Viet-Anh on Software Logo

What is: TILDEv2?

SourceFast Passage Re-ranking with Contextualized Exact Term Matching and Efficient Passage Expansion
Year2000
Data SourceCC BY-SA - https://paperswithcode.com

TILDEv2 is a BERT-based re-ranking method that stems from TILDE but that addresses its limitations. It relies on contextualized exact term matching with expanded passages. This requires to only store in the index the score of tokens that appear in the expanded passages (rather than all the vocabulary), thus producing indexes that are 99% smaller than those of the original.

Specifically, TILDE is modified in the following aspects:

  • Exact Term Matching.
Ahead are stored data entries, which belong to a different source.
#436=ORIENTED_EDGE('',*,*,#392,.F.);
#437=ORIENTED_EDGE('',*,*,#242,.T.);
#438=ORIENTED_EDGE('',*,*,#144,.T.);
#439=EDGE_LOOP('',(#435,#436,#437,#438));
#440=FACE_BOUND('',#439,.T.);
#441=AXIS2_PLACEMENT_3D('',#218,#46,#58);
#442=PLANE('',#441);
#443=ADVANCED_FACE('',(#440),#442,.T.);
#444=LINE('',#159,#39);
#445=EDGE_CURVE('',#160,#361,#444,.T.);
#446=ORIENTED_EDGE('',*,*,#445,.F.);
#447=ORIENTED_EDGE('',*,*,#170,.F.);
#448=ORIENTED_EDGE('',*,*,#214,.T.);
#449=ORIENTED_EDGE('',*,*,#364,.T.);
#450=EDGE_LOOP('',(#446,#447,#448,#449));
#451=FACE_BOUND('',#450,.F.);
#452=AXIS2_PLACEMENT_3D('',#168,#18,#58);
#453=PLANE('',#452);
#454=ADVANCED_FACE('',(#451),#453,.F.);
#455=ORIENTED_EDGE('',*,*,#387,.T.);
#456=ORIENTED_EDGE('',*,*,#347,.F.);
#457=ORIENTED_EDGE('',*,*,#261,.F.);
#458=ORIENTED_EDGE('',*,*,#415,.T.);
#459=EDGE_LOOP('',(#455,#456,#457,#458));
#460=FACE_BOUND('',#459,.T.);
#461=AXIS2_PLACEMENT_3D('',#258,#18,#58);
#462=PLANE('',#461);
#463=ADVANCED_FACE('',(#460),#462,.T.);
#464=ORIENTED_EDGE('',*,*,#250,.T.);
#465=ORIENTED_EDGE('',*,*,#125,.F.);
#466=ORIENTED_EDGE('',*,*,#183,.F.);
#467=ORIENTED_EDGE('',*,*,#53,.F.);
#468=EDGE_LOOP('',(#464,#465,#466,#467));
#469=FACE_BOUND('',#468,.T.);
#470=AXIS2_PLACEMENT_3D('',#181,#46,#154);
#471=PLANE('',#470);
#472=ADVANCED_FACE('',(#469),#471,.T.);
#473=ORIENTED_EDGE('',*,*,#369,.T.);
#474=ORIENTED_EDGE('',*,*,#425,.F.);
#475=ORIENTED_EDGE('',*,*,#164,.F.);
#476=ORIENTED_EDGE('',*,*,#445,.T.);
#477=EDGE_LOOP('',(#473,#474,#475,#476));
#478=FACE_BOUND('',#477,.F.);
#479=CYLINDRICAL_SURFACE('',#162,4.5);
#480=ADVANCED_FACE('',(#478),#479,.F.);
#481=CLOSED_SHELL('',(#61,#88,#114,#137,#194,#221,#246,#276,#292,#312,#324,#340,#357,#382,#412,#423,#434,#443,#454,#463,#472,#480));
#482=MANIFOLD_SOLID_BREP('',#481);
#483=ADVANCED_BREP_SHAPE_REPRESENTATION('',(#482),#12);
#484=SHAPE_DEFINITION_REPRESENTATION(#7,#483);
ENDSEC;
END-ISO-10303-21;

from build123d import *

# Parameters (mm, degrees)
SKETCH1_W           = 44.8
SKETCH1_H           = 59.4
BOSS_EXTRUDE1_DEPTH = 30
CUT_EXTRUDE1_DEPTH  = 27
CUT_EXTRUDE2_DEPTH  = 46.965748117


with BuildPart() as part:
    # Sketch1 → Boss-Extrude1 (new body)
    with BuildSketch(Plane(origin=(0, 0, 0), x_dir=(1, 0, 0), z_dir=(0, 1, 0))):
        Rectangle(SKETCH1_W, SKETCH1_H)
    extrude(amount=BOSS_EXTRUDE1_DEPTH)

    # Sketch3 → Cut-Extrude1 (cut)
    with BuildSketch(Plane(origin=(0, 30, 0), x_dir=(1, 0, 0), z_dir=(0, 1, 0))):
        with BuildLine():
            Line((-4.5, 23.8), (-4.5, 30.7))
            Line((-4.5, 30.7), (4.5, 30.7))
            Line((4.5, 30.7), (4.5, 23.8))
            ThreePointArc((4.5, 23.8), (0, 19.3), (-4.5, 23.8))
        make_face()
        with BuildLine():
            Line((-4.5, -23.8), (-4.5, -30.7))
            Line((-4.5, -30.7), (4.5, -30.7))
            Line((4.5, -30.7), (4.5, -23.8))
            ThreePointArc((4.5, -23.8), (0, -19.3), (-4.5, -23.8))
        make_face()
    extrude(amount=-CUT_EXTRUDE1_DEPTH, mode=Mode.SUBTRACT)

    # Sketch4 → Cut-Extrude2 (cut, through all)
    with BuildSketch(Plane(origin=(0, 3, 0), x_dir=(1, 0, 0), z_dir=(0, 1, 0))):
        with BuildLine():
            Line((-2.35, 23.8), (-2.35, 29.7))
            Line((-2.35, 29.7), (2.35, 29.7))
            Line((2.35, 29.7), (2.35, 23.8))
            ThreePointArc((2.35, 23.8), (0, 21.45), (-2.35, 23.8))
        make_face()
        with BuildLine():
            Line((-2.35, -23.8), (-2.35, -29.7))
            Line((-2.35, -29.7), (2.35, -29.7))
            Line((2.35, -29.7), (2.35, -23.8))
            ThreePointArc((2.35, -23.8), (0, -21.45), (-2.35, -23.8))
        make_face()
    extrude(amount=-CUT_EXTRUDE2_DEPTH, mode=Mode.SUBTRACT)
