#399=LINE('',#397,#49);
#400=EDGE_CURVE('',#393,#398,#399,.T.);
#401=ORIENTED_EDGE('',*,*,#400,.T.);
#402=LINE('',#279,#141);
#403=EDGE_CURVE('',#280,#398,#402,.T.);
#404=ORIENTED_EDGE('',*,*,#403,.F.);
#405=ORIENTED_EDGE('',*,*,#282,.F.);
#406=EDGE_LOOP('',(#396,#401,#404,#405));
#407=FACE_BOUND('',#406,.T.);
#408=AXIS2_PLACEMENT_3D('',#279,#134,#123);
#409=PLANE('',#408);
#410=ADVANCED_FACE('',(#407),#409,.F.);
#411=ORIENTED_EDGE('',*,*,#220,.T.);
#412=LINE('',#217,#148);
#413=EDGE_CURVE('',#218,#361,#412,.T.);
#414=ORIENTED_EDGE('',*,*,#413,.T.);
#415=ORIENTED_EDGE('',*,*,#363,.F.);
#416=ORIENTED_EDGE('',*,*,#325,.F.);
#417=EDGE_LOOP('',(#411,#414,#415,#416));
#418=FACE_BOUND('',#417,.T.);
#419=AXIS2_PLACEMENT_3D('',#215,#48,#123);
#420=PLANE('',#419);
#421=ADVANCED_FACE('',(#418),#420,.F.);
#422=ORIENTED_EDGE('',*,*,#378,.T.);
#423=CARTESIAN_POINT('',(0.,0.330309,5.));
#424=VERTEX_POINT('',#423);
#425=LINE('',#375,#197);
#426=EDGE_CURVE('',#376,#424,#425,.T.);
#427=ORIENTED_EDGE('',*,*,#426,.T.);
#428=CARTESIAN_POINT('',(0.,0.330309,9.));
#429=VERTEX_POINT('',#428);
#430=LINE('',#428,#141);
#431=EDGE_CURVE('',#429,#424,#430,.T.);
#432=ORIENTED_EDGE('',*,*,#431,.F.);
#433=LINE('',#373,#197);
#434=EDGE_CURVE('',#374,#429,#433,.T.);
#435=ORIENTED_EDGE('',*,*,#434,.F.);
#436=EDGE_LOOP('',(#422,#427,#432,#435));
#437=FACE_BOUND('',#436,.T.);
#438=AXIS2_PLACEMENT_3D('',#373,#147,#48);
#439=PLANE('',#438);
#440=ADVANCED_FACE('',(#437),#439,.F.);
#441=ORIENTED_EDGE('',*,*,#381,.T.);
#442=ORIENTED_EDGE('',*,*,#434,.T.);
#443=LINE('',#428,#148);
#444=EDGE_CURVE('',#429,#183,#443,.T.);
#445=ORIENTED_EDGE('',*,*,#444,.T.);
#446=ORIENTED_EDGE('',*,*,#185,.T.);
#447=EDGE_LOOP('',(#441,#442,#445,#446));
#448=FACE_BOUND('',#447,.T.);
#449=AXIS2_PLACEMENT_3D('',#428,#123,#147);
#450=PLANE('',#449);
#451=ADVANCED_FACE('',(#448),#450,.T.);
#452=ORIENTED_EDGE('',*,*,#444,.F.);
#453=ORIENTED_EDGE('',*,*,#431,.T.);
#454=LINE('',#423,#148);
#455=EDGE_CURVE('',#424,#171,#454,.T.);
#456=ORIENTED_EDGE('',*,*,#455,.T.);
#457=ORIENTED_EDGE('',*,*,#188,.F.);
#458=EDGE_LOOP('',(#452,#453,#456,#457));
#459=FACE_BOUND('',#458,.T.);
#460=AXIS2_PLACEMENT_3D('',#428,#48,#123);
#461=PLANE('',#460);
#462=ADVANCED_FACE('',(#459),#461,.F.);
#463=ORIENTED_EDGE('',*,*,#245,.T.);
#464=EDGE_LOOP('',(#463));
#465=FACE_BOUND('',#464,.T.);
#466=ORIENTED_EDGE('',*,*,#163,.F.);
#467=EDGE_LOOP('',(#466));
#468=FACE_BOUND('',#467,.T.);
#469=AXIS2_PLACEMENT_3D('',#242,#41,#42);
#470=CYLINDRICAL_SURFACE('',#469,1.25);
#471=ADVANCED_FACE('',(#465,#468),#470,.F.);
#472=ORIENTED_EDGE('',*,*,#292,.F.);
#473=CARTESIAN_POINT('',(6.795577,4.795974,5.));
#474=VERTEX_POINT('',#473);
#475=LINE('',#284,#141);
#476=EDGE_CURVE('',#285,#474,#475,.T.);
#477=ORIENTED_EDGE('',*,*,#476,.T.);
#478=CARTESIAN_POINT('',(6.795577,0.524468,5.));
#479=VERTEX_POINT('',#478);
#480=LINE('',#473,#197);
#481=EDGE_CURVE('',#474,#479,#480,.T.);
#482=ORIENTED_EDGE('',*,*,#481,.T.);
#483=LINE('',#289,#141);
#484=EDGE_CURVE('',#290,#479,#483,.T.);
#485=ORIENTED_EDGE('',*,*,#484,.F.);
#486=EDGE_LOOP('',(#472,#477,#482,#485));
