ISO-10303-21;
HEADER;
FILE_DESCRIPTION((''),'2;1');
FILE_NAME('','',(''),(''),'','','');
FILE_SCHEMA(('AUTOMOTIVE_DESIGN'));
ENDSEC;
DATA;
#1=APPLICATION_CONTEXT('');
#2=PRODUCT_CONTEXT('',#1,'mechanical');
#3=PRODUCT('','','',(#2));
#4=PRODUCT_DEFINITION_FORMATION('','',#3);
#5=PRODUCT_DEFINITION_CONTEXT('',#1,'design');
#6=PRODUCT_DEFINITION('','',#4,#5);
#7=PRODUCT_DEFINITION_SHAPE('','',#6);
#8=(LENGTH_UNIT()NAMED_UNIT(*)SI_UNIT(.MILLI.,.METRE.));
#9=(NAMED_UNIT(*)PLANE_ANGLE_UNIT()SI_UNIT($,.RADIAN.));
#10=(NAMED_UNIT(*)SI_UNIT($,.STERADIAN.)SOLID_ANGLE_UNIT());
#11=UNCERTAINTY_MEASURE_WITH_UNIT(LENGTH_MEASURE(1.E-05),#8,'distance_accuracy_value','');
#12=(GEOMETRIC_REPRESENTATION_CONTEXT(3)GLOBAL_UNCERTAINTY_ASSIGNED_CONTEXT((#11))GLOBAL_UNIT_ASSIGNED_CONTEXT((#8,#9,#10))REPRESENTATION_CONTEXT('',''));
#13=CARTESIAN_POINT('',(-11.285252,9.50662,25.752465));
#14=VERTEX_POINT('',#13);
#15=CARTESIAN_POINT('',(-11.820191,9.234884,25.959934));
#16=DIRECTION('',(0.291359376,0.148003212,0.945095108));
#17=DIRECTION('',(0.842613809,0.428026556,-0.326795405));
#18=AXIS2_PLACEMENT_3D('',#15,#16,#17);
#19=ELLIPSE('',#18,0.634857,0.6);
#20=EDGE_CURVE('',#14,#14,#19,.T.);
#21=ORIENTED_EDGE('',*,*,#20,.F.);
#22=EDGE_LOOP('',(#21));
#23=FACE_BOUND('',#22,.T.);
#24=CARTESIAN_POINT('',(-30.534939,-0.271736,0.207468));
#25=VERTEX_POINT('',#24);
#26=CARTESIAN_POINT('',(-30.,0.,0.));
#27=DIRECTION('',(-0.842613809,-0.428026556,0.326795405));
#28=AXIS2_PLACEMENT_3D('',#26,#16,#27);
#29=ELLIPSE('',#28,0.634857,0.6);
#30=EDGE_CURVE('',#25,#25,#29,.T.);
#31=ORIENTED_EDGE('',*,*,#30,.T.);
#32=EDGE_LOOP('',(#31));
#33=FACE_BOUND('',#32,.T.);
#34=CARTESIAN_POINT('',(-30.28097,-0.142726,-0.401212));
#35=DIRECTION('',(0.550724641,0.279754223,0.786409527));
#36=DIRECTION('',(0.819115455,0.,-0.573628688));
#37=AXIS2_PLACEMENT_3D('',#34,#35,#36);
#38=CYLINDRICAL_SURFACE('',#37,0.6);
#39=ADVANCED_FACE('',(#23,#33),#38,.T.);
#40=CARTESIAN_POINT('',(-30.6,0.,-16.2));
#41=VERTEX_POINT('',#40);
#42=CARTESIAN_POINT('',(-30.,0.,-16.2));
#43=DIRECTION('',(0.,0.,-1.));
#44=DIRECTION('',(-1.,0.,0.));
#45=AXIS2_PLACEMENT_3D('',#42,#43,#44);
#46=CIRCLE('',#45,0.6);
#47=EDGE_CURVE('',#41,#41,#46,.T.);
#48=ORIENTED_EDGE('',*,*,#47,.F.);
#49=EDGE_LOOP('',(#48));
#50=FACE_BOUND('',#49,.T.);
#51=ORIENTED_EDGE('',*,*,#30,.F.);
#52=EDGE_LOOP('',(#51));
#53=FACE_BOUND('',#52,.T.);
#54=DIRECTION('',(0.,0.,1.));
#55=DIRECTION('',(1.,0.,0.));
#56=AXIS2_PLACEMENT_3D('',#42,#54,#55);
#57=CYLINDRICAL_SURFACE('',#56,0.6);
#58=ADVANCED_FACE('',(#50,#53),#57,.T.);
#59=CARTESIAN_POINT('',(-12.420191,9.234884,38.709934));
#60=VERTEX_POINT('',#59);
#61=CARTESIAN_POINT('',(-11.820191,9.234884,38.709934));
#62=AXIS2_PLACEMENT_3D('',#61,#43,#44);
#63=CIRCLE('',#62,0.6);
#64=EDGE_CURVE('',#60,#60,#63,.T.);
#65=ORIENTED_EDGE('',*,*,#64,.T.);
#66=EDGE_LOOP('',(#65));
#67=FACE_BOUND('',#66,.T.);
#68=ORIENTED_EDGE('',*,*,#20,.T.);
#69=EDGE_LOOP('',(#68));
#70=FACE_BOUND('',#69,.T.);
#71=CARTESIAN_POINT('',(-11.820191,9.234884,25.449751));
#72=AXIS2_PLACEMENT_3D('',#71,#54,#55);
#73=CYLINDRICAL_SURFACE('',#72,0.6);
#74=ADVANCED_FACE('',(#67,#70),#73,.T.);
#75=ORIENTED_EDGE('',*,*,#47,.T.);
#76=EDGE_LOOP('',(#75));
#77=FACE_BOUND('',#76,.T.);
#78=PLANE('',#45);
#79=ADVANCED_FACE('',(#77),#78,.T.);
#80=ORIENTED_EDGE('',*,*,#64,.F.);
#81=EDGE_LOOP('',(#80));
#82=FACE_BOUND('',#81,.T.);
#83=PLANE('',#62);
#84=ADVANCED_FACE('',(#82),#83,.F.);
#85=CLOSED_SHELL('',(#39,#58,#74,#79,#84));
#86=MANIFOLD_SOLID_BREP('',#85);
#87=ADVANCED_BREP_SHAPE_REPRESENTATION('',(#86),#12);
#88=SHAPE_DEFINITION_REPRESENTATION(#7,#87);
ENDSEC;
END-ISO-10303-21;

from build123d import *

# Parameters (mm, degrees)
ROUND_TPU_CORD_1_2_MM_PROFILE_R = 0.6


with BuildPart() as part:
    # Round TPU cord - 1.2 mm: sweep along a curve in space
    with BuildLine() as round_tpu_cord_1_2_mm_path:
        Line((-30, 0, -16.2), (-30, 0, 0))
        Line((-30, 0, 0), (-11.820190771, 9.234884414, 25.959933688))
        Line((-11.820190771, 9.234884414, 25.959933688), (-11.820190771, 9.234884414, 38.709933688))
    # Round TPU cord - 1.2 mm profile (on start of the path) → Round TPU cord - 1.2 mm (sweep)
    with BuildSketch(Plane(origin=(-30, 0, -16.2), x_dir=(1, 0, 0), z_dir=(0, 0, 1))):
        Circle(ROUND_TPU_CORD_1_2_MM_PROFILE_R)
    sweep(path=round_tpu_cord_1_2_mm_path.line, transition=Transition.RIGHT)


solid = part.part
The query likelihood matching originally employed in TILDE, expands passages into the BERT vocabulary size, resulting in large indexes. To overcome this issue, estimating relevance scores is achieved with contextualized exact term matching. This allows the model to index tokens only present in the passage, thus reducing the index size. In addition to this, we replace the query likelihood loss function, with the Noise contrastive estimation (NCE) loss that allows to better leverage negative training samples.

  • Passage Expansion. To overcome the vocabulary mismatch problem that affects exact term matching methods, passage expansion is used to expand the original passage collection. Passages in the collection are expanded using deep LMs with a limited number of tokens. This requires TILDEv2 to only index a few extra tokens in addition to those in the original passages.